CÓMO MEJORAR LA CONVIVENCIA CUANDO LA EDAD O LA ENFERMEDAD SON OBSTÁCULO

CÓMO MEJORAR LA CONVIVENCIA CUANDO LA EDAD

 O LA ENFERMEDAD SON OBSTÁCULO

 

         El Instituto Humanitate una de las tres vertientes en las que desarrolla su actividad de formación y ayuda a la sociedad es la destinada a religiosas, religiosos, sacerdotes y personas de vida consagrada de diferentes comunidades y congregaciones.

            Aquí, en el Monasterio de Benedictinas de León (Carbajalas), el día catorce de mayo, se reunieron veinticinco personas interesadas en gestionar anomalías de convivencia originadas por los cambios psicológicos en la ancianidad, el cansancio físico o experiencias acumuladas a lo largo de la vida.

             Dirigió este interesante y práctico trabajo de reconocimiento y aceptación de las oscuridades que aparecen en esta etapa de la vida, María Teresa Lancis, Licenciada en Psicología por la Universidad Pontificia de Comillas y geriatra, con experiencia de acompañamiento psicológico, desde hace varios años, en distintas Congregaciones Religiosas. Comenta: “La vida nos pide llevar a cabo la vocación” en una doble situación anímica; Crisis -considerada como “oportunidad”- ser creativos, por ejemplo y la actitud de “ansiedad”, productora de agobio, desequilibrio emocional... Concluye: “Aprender a vivir con esas dos tensiones”.

¿Cómo conseguir el bienestar total.

     La profesora Lancis presentó una larga enumeración de posibilidades: Ganas de vivir, buscar solución a los problemas, mantener alta la propia estima, cultivar pensamientos positivos, sentirnos útiles, seguir activos, buscar personas y actividades que nos agraden, defender la autonomía en todas las edades, etc.

     Orientó su disertación y diálogo hacia las enfermedades de la mente. “En España hay un millón de enfermos mentales” Y lo repite. Se silencia este nombre por temor de ser catalogados como dementes. Insistió mucho en que cada paciente tenga su diagnóstico, y que se le ayude a ponerlo en práctica.

            Trató ampliamente de las situaciones de neurosis y psicosis. Dio a la primera un carácter general (todos estamos afectados, al menos en un “puntito”). Recomienda “contacto con la realidad objetiva”. En la psicosis el paciente carece de conciencia de enfermedad. Oscila entre euforia y depresión. Pérdida de conciencia... Consecuencias: ¡hasta 3.200 suicidios al año!

            Actitudes que ayudan a superar estos trastornos: Ser acompañados por personas que transmitan serenidad. Estar pendientes de las personas necesitadas de ayuda. Escuchar activamente, establecer diálogo...

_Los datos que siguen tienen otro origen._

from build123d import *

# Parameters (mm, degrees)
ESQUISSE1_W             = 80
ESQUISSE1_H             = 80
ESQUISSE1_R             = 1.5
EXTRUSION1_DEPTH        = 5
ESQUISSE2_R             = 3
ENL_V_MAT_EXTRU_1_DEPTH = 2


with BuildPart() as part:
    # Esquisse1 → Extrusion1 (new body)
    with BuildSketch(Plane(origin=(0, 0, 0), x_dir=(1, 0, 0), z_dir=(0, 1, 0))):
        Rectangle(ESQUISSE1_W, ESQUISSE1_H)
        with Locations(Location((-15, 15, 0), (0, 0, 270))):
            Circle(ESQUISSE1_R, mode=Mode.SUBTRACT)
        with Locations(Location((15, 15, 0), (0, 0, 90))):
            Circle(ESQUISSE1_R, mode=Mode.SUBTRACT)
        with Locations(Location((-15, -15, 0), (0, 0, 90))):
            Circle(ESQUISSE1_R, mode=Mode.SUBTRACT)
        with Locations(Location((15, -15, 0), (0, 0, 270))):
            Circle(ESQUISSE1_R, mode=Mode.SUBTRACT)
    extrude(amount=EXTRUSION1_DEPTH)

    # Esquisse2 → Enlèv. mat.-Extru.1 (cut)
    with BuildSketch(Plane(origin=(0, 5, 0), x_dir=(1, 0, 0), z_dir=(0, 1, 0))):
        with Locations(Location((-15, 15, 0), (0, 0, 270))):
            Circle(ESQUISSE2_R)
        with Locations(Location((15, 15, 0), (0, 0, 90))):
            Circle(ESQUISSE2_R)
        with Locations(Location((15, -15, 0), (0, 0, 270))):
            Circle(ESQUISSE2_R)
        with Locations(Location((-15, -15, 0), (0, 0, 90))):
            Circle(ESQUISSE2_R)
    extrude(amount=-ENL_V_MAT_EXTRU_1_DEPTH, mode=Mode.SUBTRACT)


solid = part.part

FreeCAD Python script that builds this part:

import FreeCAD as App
import Part
import Sketcher
from FreeCAD import Vector
Q = App.Units.Quantity

doc = App.newDocument("Part")
body = doc.addObject("PartDesign::Body", "Body")

# Sketch on XZ plane
sketch1 = body.newObject("Sketcher::SketchObject", "Sketch")
sketch1.AttachmentSupport = (doc.getObject("XZ_Plane"), [""])
sketch1.MapMode = "FlatFace"
sketch1.addGeometry(Part.LineSegment(Vector(-40, -40, 0), Vector(-40, 40, 0)), False)
sketch1.addGeometry(Part.LineSegment(Vector(-40, 40, 0), Vector(40, 40, 0)), False)
sketch1.addGeometry(Part.LineSegment(Vector(40, 40, 0), Vector(40, -40, 0)), False)
sketch1.addGeometry(Part.LineSegment(Vector(40, -40, 0), Vector(-40, -40, 0)), False)
sketch1.addGeometry(Part.Circle(Vector(-15, 15, 0), Vector(0, 0, 1), 1.5), False)
sketch1.addGeometry(Part.Circle(Vector(15, 15, 0), Vector(0, 0, 1), 1.5), False)
sketch1.addGeometry(Part.Circle(Vector(-15, -15, 0), Vector(0, 0, 1), 1.5), False)
sketch1.addGeometry(Part.Circle(Vector(15, -15, 0), Vector(0, 0, 1), 1.5), False)
sketch1.addConstraint(Sketcher.Constraint("Coincident", 0, 2, 1, 1))
sketch1.addConstraint(Sketcher.Constraint("Coincident", 1, 2, 2, 1))
sketch1.addConstraint(Sketcher.Constraint("Coincident", 2, 2, 3, 1))
sketch1.addConstraint(Sketcher.Constraint("Coincident", 3, 2, 0, 1))
sketch1.addConstraint(Sketcher.Constraint("Vertical", 0))
sketch1.addConstraint(Sketcher.Constraint("Horizontal", 1))
sketch1.addConstraint(Sketcher.Constraint("Vertical", 2))
sketch1.addConstraint(Sketcher.Constraint("Horizontal", 3))
sketch1.addConstraint(Sketcher.Constraint("Equal", 4, 5))
sketch1.addConstraint(Sketcher.Constraint("Equal", 5, 6))
sketch1.addConstraint(Sketcher.Constraint("Equal", 6, 7))
sketch1.addConstraint(Sketcher.Constraint("Symmetric", 5, 3, 6, 3, -1, 1))
sketch1.addConstraint(Sketcher.Constraint("Symmetric", 4, 3, 7, 3, -1, 1))
sketch1.addConstraint(Sketcher.Constraint("Symmetric", 0, 2, 2, 2, -1, 1))
sketch1.addConstraint(Sketcher.Constraint("Symmetric", 4, 3, 5, 3, -2))
sketch1.addConstraint(Sketcher.Constraint("Equal", 3, 0))
sketch1.addConstraint(Sketcher.Constraint("Diameter", 4, Q("3 mm")))
sketch1.addConstraint(Sketcher.Constraint("DistanceX", 1, 1, 1, 2, Q("80 mm")))
sketch1.addConstraint(Sketcher.Constraint("DistanceX", 4, 3, -1, 1, Q("15 mm")))
sketch1.addConstraint(Sketcher.Constraint("DistanceY", -1, 1, 4, 3, Q("15 mm")))
pad1 = body.newObject("PartDesign::Pad", "Pad")
pad1.Profile = sketch1
pad1.Length = 5
pad1.Reversed = True

# Sketch on XZ plane
sketch2 = body.newObject("Sketcher::SketchObject", "Sketch001")
sketch2.AttachmentSupport = (doc.getObject("XZ_Plane"), [""])
sketch2.MapMode = "FlatFace"
sketch2.AttachmentOffset = App.Placement(Vector(0, 0, -5), App.Rotation())
sketch2.addGeometry(Part.Circle(Vector(-15, -15, 0), Vector(0, 0, 1), 3), False)
sketch2.addGeometry(Part.Circle(Vector(15, -15, 0), Vector(0, 0, 1), 3), False)
sketch2.addGeometry(Part.Circle(Vector(15, 15, 0), Vector(0, 0, 1), 3), False)
sketch2.addGeometry(Part.Circle(Vector(-15, 15, 0), Vector(0, 0, 1), 3), False)
sketch2.addConstraint(Sketcher.Constraint("Equal", 0, 1))
sketch2.addConstraint(Sketcher.Constraint("Equal", 1, 2))
sketch2.addConstraint(Sketcher.Constraint("Equal", 2, 3))
sketch2.addConstraint(Sketcher.Constraint("Symmetric", 0, 3, 2, 3, -1, 1))
sketch2.addConstraint(Sketcher.Constraint("Symmetric", 1, 3, 3, 3, -1, 1))
sketch2.addConstraint(Sketcher.Constraint("Symmetric", 0, 3, 1, 3, -2))
sketch2.addConstraint(Sketcher.Constraint("Diameter", 0, Q("6 mm")))
sketch2.addConstraint(Sketcher.Constraint("DistanceX", 0, 3, -1, 1, Q("15 mm")))
sketch2.addConstraint(Sketcher.Constraint("DistanceY", 0, 3, -1, 1, Q("15 mm")))
pocket1 = body.newObject("PartDesign::Pocket", "Pocket")
pocket1.Profile = sketch2
pocket1.Length = 2
pocket1.Reversed = True

doc.recompute()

             Trató del envejecimiento que se produce ya desde que se comienza a vivir. “Atención a los cambios psicológicos que van apareciendo, a los cambios cognitivos del pensamiento, los emocionales, desgaste del organismo” ... No es aceptable esta igualdad que se cree, son conceptos diferentes: Edad=vejez: La edad trae consigo: Organismo desgastado o agentes que dificultan la realización de la persona. La vejez es consecuencia de trastornos por enfermedad, carencia de entusiasmo, flojedad e incapacidad emotiva, etc.

A estas cotas alcanzadas en la vida se añaden las pérdidas de personas amadas, lugares, poderes... La pérdida supone ya un proceso de despedida. Conviene hacer duelo, cuando se produzca, y no acumular duelo sobre duelo...

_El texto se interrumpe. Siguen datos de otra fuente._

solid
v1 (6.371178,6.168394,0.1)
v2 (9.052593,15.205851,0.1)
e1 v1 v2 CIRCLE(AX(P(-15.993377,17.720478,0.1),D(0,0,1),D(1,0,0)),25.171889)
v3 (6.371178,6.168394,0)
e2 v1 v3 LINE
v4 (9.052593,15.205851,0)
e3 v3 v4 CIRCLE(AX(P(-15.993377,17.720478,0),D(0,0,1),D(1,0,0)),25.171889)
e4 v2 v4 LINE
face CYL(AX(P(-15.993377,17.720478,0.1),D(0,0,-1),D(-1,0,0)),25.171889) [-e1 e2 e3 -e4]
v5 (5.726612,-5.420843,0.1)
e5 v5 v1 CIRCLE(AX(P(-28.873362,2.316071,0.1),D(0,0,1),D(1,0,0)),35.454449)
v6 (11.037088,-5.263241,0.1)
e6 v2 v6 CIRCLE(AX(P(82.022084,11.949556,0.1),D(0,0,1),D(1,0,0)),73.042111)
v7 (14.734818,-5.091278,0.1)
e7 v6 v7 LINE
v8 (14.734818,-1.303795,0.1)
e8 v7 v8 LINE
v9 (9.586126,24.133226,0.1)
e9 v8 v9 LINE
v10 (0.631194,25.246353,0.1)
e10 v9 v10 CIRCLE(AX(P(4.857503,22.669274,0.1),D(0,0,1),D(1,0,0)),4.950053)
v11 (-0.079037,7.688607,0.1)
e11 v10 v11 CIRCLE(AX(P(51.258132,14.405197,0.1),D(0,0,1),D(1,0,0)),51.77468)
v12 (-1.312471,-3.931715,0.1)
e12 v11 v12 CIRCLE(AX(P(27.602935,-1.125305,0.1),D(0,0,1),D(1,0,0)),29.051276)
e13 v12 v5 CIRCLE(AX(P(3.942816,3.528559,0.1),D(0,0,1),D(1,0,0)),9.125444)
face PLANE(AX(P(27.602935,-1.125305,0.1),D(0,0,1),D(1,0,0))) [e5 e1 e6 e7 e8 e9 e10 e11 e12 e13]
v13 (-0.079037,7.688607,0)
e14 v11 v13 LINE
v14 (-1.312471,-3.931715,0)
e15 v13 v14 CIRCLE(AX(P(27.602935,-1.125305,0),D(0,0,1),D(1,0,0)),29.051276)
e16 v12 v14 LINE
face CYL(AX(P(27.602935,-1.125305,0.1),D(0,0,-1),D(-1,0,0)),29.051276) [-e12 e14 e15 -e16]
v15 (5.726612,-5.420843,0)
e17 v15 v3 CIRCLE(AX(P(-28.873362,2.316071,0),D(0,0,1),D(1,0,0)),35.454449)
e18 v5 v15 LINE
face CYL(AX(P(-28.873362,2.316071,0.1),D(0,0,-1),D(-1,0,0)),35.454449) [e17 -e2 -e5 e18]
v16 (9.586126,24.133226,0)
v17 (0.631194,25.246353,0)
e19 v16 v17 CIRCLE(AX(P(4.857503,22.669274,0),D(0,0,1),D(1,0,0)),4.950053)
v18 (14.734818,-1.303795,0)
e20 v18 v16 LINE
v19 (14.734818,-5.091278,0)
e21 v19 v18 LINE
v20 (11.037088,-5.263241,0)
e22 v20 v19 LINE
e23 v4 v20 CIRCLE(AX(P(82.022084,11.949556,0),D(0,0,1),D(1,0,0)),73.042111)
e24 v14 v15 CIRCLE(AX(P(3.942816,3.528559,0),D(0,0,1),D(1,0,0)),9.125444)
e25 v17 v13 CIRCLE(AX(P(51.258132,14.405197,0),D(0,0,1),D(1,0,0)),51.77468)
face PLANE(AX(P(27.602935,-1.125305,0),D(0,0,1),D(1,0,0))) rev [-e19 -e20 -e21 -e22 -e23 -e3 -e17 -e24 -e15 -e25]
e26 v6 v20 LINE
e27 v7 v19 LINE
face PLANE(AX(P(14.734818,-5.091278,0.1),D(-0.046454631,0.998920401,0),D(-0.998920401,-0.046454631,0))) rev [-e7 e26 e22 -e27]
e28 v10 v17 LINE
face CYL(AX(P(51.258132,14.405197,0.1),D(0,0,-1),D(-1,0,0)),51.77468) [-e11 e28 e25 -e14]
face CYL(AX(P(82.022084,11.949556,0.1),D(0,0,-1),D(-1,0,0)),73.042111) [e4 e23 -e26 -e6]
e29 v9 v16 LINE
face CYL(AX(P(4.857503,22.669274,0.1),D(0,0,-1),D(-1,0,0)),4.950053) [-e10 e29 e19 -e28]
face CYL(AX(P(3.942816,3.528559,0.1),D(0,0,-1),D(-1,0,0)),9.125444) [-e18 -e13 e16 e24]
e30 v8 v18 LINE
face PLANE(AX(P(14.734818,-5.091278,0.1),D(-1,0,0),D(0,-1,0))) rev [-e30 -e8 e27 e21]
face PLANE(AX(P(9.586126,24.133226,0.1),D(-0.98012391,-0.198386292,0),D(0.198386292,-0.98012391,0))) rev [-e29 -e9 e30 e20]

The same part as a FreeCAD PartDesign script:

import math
import FreeCAD as App
import Part
import Sketcher

V = App.Vector

doc = App.newDocument("Part")
body = doc.addObject("PartDesign::Body", "Body")

# Sketch on XY plane
sketch1 = body.newObject("Sketcher::SketchObject", "Sketch")
sketch1.AttachmentSupport = (doc.getObject("XY_Plane"), [""])
sketch1.MapMode = "FlatFace"
sketch1.addGeometry([
    Part.LineSegment(V(14.734818, -5.091278, 0), V(14.734818, -1.303795, 0)),  # 0
    Part.LineSegment(V(14.734818, -1.303795, 0), V(9.586126, 24.133226, 0)),  # 1
    Part.ArcOfCircle(Part.Circle(V(4.857503, 22.669274, 0), V(0, 0, 1), 4.950053), math.radians(17.202189), math.radians(148.62639)),  # 2
    Part.ArcOfCircle(Part.Circle(V(51.258132, 14.405197, 0), V(0, 0, 1), 51.77468), math.radians(167.913329), math.radians(187.453835)),  # 3
    Part.ArcOfCircle(Part.Circle(V(27.602935, -1.125305, 0), V(0, 0, 1), 29.051276), math.radians(162.338577), math.radians(185.543528)),  # 4
    Part.ArcOfCircle(Part.Circle(V(3.942816, 3.528559, 0), V(0, 0, 1), 9.125444), math.radians(-125.162256), math.radians(-78.727533)),  # 5
    Part.ArcOfCircle(Part.Circle(V(-28.873362, 2.316071, 0), V(0, 0, 1), 35.454449), math.radians(-12.60458), math.radians(6.237821)),  # 6
    Part.ArcOfCircle(Part.Circle(V(-15.993377, 17.720478, 0), V(0, 0, 1), 25.171889), math.radians(-27.317952), math.radians(-5.733309)),  # 7
    Part.ArcOfCircle(Part.Circle(V(82.022084, 11.949556, 0), V(0, 0, 1), 73.042111), math.radians(177.444846), math.radians(193.630282)),  # 8
    Part.LineSegment(V(11.037088, -5.263241, 0), V(14.734818, -5.091278, 0)),  # 9
], False)
sketch1.addConstraint([
    Sketcher.Constraint("Coincident", 0, 2, 1, 1),
    Sketcher.Constraint("Coincident", 1, 2, 2, 1),
    Sketcher.Constraint("Coincident", 2, 2, 3, 1),
    Sketcher.Constraint("Coincident", 3, 2, 4, 1),
    Sketcher.Constraint("Coincident", 4, 2, 5, 1),
    Sketcher.Constraint("Coincident", 5, 2, 6, 1),
    Sketcher.Constraint("Coincident", 6, 2, 7, 1),
    Sketcher.Constraint("Coincident", 7, 2, 8, 1),
    Sketcher.Constraint("Coincident", 8, 2, 9, 1),
    Sketcher.Constraint("Coincident", 9, 2, 0, 1),
    Sketcher.Constraint("Vertical", 0),
    Sketcher.Constraint("Radius", 3, 51.77468),
    Sketcher.Constraint("Radius", 6, 35.454449),
    Sketcher.Constraint("Radius", 7, 25.171889),
    Sketcher.Constraint("Radius", 8, 73.042111),
    Sketcher.Constraint("Radius", 2, 4.950053),
    Sketcher.Constraint("Radius", 4, 29.051276),
    Sketcher.Constraint("Radius", 5, 9.125444),
    Sketcher.Constraint("DistanceX", 5, 3, 0, 2, 10.792002),
    Sketcher.Constraint("DistanceY", 8, 2, 5, 3, 8.7918),
    Sketcher.Constraint("DistanceY", 0, 1, 0, 2, 3.787483),
    Sketcher.Constraint("DistanceX", -1, 1, 3, 3, 51.258132),
    Sketcher.Constraint("DistanceY", -1, 1, 5, 3, 3.528559),
    Sketcher.Constraint("DistanceX", 6, 3, -1, 1, 28.873362),
    Sketcher.Constraint("DistanceY", -1, 1, 6, 3, 2.316071),
    Sketcher.Constraint("DistanceX", -1, 1, 0, 2, 14.734818),
    Sketcher.Constraint("DistanceX", 4, 2, -1, 1, 1.312471),
    Sketcher.Constraint("DistanceX", -1, 1, 6, 2, 6.371178),
    Sketcher.Constraint("DistanceY", -1, 1, 7, 2, 15.205851),
    Sketcher.Constraint("DistanceY", 9, 2, -1, 1, 5.091278),
    Sketcher.Constraint("DistanceX", 2, 3, 3, 3, 46.400629),
    Sketcher.Constraint("DistanceX", 2, 3, 4, 3, 22.745432),
    Sketcher.Constraint("DistanceY", 4, 3, 2, 3, 23.79458),
    Sketcher.Constraint("DistanceY", 5, 3, 3, 3, 10.876638),
    Sketcher.Constraint("DistanceX", 7, 3, 2, 3, 20.85088),
    Sketcher.Constraint("DistanceX", 3, 3, 8, 3, 30.763952),
    Sketcher.Constraint("DistanceY", 2, 3, 1, 2, 1.463951),
])
pad1 = body.newObject("PartDesign::Pad", "Pad")
pad1.Profile = sketch1
pad1.Length = 0.1

doc.recompute()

            La profesora añadió al apartado de las pérdidas: Cambios en la personalidad, de atributos personales; introversión (nos encerramos); conformismo, pereza para hacer comunidad (sociabilidad), se hacen cosas sin pensar; aparece la frustración y la rigidez en las personas, sin pensar que todo va cambiando, etc.

            Habilidades que mejoran la convivencia:

                         a) Aceptar a la otra persona como es, incondicionalmente. A esto lo llamó experiencia “cumbre”, aceptar sin repulsa, tal como es.

                   b) Coherencia: eso que pienso y siento están en la misma línea y lo hago. Genera confianza. (Tiene su dificultad).

                       c) Empatía. Ponerse en lugar del otro, sintonizo. Entender al otro desde mi lugar.                                                                    d)Transmitir seguridad. Generar confianza. Evitar juicios de valor.

                        e) Asertividad: Darle la razón, sin menoscabar los derechos de los otros.

             Los asistentes al curso aprobaron con sus aplausos las orientaciones recibidas y felicitaron a María Teresa Lancis por sus palabras de sabiduría corroboradas por la propia experiencia.